WHAT YOU NEED TO DO. Give again only those lines from the start of the entries through the line holding "f 103 109 120", leaving them as they are.

RECORDS SUPPLIED.
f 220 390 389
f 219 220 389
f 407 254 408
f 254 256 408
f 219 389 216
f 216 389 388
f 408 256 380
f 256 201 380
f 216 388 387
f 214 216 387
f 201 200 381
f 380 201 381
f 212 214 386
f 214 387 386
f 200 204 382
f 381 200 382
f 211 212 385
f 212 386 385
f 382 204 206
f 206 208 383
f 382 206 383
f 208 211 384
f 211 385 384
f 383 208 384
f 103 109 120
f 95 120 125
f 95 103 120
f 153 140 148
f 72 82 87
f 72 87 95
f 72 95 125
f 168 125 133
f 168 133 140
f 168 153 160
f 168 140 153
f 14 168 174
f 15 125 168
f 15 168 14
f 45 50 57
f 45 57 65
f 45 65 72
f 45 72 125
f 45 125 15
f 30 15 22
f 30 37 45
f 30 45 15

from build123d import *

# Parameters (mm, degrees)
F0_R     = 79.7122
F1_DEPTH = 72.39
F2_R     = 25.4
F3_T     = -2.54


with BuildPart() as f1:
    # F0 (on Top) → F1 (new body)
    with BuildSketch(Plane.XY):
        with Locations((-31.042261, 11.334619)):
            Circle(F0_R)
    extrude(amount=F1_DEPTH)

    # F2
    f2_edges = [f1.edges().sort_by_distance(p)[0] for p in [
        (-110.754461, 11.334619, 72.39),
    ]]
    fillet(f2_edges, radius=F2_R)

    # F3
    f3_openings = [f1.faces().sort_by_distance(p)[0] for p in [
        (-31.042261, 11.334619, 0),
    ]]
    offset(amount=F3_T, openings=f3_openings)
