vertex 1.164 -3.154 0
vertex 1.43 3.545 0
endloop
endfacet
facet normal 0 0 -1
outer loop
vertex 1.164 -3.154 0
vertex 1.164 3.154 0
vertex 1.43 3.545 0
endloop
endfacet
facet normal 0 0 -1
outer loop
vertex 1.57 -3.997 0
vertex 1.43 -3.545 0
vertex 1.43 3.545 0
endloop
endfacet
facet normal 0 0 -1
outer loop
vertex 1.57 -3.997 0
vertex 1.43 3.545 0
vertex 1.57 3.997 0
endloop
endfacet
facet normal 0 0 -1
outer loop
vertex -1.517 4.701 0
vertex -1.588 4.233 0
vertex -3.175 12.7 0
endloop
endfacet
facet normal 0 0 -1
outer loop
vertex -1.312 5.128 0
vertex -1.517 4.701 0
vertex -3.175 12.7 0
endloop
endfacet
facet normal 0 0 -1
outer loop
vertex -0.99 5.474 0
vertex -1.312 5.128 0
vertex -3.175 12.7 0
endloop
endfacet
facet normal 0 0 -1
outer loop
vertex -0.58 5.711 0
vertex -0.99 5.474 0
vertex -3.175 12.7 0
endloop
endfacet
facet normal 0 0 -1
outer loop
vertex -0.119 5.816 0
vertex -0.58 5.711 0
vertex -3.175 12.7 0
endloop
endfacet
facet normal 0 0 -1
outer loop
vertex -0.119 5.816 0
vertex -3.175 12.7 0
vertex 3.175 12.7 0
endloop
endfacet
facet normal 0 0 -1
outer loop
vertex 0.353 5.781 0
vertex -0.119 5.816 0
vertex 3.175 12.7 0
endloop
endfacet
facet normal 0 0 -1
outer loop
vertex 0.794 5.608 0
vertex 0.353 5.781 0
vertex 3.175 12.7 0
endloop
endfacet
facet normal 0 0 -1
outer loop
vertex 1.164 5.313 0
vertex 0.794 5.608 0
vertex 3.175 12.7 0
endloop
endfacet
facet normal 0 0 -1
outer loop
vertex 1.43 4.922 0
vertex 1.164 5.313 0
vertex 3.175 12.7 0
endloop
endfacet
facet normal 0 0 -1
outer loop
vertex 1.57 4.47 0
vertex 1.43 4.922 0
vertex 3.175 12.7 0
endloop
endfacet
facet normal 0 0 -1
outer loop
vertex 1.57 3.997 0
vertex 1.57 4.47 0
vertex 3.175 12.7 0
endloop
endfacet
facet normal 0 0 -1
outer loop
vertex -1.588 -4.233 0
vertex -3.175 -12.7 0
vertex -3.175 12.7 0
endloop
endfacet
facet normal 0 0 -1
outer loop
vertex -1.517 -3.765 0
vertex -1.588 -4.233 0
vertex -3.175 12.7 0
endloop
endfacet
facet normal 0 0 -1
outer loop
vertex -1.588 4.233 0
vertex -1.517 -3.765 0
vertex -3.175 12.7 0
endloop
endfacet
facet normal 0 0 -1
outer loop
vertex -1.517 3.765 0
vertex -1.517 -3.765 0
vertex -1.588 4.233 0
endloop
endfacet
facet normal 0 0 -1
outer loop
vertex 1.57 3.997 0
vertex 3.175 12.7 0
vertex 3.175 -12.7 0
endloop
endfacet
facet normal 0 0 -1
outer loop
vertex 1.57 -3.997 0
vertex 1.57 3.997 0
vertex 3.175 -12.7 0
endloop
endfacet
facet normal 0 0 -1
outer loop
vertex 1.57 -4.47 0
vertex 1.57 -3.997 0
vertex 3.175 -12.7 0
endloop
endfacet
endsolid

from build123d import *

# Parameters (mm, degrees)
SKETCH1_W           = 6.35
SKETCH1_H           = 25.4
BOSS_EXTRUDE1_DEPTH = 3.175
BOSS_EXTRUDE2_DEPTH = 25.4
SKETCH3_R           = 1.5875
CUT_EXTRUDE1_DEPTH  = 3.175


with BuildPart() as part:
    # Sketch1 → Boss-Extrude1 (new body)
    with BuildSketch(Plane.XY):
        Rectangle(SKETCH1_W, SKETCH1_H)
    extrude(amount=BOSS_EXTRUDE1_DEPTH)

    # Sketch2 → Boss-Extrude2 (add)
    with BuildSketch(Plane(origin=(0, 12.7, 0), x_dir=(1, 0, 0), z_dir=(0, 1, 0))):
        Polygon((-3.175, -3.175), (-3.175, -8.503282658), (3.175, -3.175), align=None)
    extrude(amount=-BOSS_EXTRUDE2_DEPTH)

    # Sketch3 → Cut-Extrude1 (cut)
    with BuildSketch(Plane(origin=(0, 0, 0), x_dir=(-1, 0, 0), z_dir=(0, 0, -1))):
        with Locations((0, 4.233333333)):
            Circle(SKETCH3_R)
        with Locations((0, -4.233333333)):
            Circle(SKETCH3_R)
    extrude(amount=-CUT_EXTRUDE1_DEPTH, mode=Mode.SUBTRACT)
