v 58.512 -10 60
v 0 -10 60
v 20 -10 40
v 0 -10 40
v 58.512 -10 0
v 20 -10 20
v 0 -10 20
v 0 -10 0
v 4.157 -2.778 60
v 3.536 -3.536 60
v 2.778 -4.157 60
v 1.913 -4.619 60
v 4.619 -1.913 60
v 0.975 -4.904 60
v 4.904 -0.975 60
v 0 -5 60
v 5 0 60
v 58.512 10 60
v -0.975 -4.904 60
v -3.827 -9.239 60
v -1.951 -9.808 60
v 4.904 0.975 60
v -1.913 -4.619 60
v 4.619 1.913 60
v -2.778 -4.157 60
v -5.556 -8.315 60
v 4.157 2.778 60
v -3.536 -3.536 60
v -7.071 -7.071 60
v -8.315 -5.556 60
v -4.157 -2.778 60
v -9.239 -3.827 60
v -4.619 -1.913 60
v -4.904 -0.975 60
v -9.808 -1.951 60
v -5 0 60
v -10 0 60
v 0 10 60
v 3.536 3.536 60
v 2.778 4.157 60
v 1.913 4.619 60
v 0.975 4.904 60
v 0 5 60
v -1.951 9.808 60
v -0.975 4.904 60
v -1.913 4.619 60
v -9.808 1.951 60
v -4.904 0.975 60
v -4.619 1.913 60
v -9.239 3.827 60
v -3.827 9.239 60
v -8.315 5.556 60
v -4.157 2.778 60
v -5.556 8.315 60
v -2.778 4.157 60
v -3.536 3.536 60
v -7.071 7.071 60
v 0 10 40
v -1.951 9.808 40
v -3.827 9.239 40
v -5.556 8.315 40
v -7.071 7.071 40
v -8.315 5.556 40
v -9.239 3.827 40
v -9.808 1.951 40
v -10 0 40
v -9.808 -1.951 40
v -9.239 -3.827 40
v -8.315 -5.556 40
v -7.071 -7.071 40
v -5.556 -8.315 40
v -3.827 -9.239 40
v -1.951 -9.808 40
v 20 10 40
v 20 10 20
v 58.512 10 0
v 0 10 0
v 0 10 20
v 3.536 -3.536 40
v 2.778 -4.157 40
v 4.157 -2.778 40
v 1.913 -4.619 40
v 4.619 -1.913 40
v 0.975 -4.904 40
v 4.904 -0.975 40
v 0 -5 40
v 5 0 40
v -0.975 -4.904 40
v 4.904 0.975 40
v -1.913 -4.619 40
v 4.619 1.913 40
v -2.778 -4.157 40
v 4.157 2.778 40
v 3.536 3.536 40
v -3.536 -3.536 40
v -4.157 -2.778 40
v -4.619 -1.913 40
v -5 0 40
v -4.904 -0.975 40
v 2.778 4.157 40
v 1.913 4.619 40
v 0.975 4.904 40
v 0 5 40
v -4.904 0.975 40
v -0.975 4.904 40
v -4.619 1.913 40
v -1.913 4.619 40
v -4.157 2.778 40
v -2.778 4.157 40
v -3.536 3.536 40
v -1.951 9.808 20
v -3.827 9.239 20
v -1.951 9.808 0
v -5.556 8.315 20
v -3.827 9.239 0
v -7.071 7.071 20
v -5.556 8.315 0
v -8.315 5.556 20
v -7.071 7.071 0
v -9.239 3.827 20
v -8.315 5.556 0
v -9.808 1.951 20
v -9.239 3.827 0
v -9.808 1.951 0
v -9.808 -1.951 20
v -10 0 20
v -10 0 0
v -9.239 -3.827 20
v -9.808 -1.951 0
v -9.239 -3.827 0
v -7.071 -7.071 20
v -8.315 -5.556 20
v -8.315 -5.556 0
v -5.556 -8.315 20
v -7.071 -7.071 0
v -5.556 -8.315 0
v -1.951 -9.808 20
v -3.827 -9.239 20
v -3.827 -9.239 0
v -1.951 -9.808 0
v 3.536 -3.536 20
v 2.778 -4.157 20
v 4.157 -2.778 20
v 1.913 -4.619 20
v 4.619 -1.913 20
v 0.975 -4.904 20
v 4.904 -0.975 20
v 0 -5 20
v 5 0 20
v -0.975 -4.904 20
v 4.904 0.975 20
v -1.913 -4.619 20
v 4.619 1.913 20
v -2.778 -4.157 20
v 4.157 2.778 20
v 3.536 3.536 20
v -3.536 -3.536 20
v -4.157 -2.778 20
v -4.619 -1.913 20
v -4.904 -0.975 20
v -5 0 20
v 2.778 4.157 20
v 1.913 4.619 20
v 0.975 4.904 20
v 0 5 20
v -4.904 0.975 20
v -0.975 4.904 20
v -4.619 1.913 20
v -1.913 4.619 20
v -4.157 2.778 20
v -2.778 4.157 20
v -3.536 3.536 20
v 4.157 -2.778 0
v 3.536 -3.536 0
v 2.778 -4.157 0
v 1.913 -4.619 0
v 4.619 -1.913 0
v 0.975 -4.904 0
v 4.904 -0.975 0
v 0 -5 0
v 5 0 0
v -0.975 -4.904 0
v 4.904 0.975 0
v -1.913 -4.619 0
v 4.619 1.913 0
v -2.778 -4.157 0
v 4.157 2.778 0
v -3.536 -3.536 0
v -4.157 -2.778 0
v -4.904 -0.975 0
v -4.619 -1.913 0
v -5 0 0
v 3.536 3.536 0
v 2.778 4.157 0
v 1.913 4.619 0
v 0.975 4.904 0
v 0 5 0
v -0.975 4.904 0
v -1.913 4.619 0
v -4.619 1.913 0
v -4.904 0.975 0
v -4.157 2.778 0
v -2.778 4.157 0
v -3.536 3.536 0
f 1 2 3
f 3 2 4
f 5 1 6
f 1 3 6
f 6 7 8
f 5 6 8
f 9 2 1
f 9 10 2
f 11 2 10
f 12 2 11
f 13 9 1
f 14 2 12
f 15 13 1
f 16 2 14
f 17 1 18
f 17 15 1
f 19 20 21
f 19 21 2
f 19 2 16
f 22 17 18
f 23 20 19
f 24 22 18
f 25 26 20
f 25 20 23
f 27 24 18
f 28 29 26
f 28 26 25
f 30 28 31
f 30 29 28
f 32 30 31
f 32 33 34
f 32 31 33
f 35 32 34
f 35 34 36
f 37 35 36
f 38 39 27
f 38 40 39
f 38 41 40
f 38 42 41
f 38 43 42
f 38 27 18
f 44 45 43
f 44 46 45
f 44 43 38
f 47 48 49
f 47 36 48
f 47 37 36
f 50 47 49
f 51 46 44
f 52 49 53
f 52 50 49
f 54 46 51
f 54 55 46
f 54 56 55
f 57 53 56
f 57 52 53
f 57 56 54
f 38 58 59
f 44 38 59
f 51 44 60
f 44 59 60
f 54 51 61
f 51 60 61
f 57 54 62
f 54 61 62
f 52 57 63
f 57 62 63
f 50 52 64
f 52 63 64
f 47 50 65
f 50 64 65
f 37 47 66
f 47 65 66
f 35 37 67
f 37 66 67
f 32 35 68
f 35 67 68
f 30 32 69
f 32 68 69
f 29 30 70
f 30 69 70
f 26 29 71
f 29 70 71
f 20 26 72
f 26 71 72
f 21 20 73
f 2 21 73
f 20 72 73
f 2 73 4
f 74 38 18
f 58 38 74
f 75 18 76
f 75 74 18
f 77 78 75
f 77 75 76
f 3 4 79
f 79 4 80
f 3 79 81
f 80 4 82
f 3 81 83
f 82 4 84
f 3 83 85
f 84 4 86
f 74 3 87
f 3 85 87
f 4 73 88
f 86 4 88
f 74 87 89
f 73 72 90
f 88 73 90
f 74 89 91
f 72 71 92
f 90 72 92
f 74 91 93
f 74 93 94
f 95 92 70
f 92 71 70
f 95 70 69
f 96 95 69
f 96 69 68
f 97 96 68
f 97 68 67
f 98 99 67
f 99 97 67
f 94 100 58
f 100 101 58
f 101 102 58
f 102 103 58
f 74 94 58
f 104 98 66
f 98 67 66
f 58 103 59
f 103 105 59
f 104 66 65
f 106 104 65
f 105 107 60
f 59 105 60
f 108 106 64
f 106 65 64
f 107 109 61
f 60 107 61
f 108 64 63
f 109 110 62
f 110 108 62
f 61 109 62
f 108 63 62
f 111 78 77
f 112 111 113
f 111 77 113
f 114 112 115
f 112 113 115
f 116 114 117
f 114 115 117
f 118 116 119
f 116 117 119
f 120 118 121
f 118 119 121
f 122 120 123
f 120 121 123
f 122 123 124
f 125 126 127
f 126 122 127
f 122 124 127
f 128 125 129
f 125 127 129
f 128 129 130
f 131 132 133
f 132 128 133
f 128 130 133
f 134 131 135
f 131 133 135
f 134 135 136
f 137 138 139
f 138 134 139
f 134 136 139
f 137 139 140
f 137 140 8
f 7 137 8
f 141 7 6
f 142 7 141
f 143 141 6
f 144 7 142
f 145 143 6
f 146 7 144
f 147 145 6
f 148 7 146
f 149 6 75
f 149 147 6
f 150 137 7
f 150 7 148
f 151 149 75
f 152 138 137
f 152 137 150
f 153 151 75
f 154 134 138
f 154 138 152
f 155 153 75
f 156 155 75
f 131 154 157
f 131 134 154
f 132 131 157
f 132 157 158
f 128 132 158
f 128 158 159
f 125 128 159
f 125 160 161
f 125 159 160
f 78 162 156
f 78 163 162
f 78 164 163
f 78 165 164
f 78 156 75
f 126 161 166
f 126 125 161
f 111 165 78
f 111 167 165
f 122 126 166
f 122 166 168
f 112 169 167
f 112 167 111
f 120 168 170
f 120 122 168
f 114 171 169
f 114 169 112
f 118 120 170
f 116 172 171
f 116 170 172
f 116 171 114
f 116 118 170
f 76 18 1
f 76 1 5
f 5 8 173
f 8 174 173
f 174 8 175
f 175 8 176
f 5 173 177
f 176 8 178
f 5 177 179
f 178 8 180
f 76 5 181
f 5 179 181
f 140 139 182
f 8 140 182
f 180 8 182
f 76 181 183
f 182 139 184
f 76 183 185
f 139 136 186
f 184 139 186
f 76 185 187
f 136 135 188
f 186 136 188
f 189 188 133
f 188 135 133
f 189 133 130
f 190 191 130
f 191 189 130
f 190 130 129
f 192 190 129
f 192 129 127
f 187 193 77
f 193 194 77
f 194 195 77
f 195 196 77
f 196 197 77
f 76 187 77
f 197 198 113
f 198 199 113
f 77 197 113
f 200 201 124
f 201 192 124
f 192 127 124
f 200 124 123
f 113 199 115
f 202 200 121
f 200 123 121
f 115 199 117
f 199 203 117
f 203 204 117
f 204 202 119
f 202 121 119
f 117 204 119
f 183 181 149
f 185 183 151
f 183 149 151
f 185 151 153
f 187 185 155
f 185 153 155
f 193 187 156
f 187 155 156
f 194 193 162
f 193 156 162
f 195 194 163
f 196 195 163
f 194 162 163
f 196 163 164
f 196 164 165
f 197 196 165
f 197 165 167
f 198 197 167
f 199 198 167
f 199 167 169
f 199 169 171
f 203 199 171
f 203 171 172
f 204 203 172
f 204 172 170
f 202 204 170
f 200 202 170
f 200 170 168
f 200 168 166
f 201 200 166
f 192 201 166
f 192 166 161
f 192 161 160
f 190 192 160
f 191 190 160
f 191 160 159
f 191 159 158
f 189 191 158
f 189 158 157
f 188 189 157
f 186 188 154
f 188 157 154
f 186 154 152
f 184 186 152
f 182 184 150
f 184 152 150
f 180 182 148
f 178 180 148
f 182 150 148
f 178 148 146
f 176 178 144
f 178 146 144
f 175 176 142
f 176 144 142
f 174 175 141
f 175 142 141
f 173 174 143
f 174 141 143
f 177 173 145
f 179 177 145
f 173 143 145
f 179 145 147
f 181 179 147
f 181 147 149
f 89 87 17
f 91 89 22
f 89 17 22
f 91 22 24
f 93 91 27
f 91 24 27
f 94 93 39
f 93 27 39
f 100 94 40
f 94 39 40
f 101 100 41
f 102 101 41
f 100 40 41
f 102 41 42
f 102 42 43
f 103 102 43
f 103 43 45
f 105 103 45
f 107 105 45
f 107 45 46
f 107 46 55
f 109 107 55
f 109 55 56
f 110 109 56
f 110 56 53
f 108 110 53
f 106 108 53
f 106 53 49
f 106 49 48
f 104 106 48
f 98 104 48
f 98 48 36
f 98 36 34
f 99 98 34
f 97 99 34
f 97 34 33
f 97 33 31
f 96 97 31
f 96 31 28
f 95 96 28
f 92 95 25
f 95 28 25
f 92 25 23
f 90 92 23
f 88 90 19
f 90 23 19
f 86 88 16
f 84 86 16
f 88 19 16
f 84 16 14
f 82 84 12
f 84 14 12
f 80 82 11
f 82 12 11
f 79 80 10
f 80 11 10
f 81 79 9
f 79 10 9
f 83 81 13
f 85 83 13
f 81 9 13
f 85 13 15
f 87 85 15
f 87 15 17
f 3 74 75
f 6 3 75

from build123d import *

# Parameters (mm, degrees)
SKETCH1_R               = 10
BOSS_EXTRUDE1_DEPTH     = 60
CUT_EXTRUDE1_DEPTH      = 20
CUT_EXTRUDE1_DEPTH_BACK = 40
SKETCH2_W               = 20
SKETCH2_H               = 28.944782362
SKETCH3_R               = 5
CUT_EXTRUDE3_DEPTH      = 120
SKETCH4_W               = 60
SKETCH4_H               = 20
BOSS_EXTRUDE2_DEPTH     = 5


with BuildPart() as part:
    # Sketch1 → Boss-Extrude1 (new body)
    with BuildSketch(Plane.XY):
        Circle(SKETCH1_R)
        with BuildLine():
            Line((53.512258846, 10), (0, 10))
            ThreePointArc((0, 10), (7.071067812, 7.071067812), (10, 0))
            ThreePointArc((10, 0), (7.071067812, -7.071067812), (0, -10))
            Line((0, -10), (53.512258846, -10))
            Line((53.512258846, -10), (53.512258846, 10))
        make_face()
    extrude(amount=BOSS_EXTRUDE1_DEPTH)

    # Sketch2 → Cut-Extrude1 (cut, two sides: drawn at the far end of the back side and taken through both)
    with BuildSketch(Plane(origin=(0, 0, 0), x_dir=(0, 0, -1), z_dir=(1, 0, 0)).offset(-CUT_EXTRUDE1_DEPTH_BACK)):
        with Locations((-30, 0)):
            Rectangle(SKETCH2_W, SKETCH2_H)
    extrude(amount=CUT_EXTRUDE1_DEPTH + CUT_EXTRUDE1_DEPTH_BACK, mode=Mode.SUBTRACT)

    # Sketch3 → Cut-Extrude3 (cut)
    with BuildSketch(Plane.XY.offset(60)):
        Circle(SKETCH3_R)
    extrude(amount=-CUT_EXTRUDE3_DEPTH, mode=Mode.SUBTRACT)

    # Sketch4 → Boss-Extrude2 (add)
    with BuildSketch(Plane(origin=(53.512258846, 0, 0), x_dir=(0, 0, -1), z_dir=(1, 0, 0))):
        with Locations((-30, 0)):
            Rectangle(SKETCH4_W, SKETCH4_H)
    extrude(amount=BOSS_EXTRUDE2_DEPTH)


solid = part.part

EXERCISE RESULT.
f 220 390 389
f 219 220 389
f 407 254 408
f 254 256 408
f 219 389 216
f 216 389 388
f 408 256 380
f 256 201 380
f 216 388 387
f 214 216 387
f 201 200 381
f 380 201 381
f 212 214 386
f 214 387 386
f 200 204 382
f 381 200 382
f 211 212 385
f 212 386 385
f 382 204 206
f 206 208 383
f 382 206 383
f 208 211 384
f 211 385 384
f 383 208 384
f 103 109 120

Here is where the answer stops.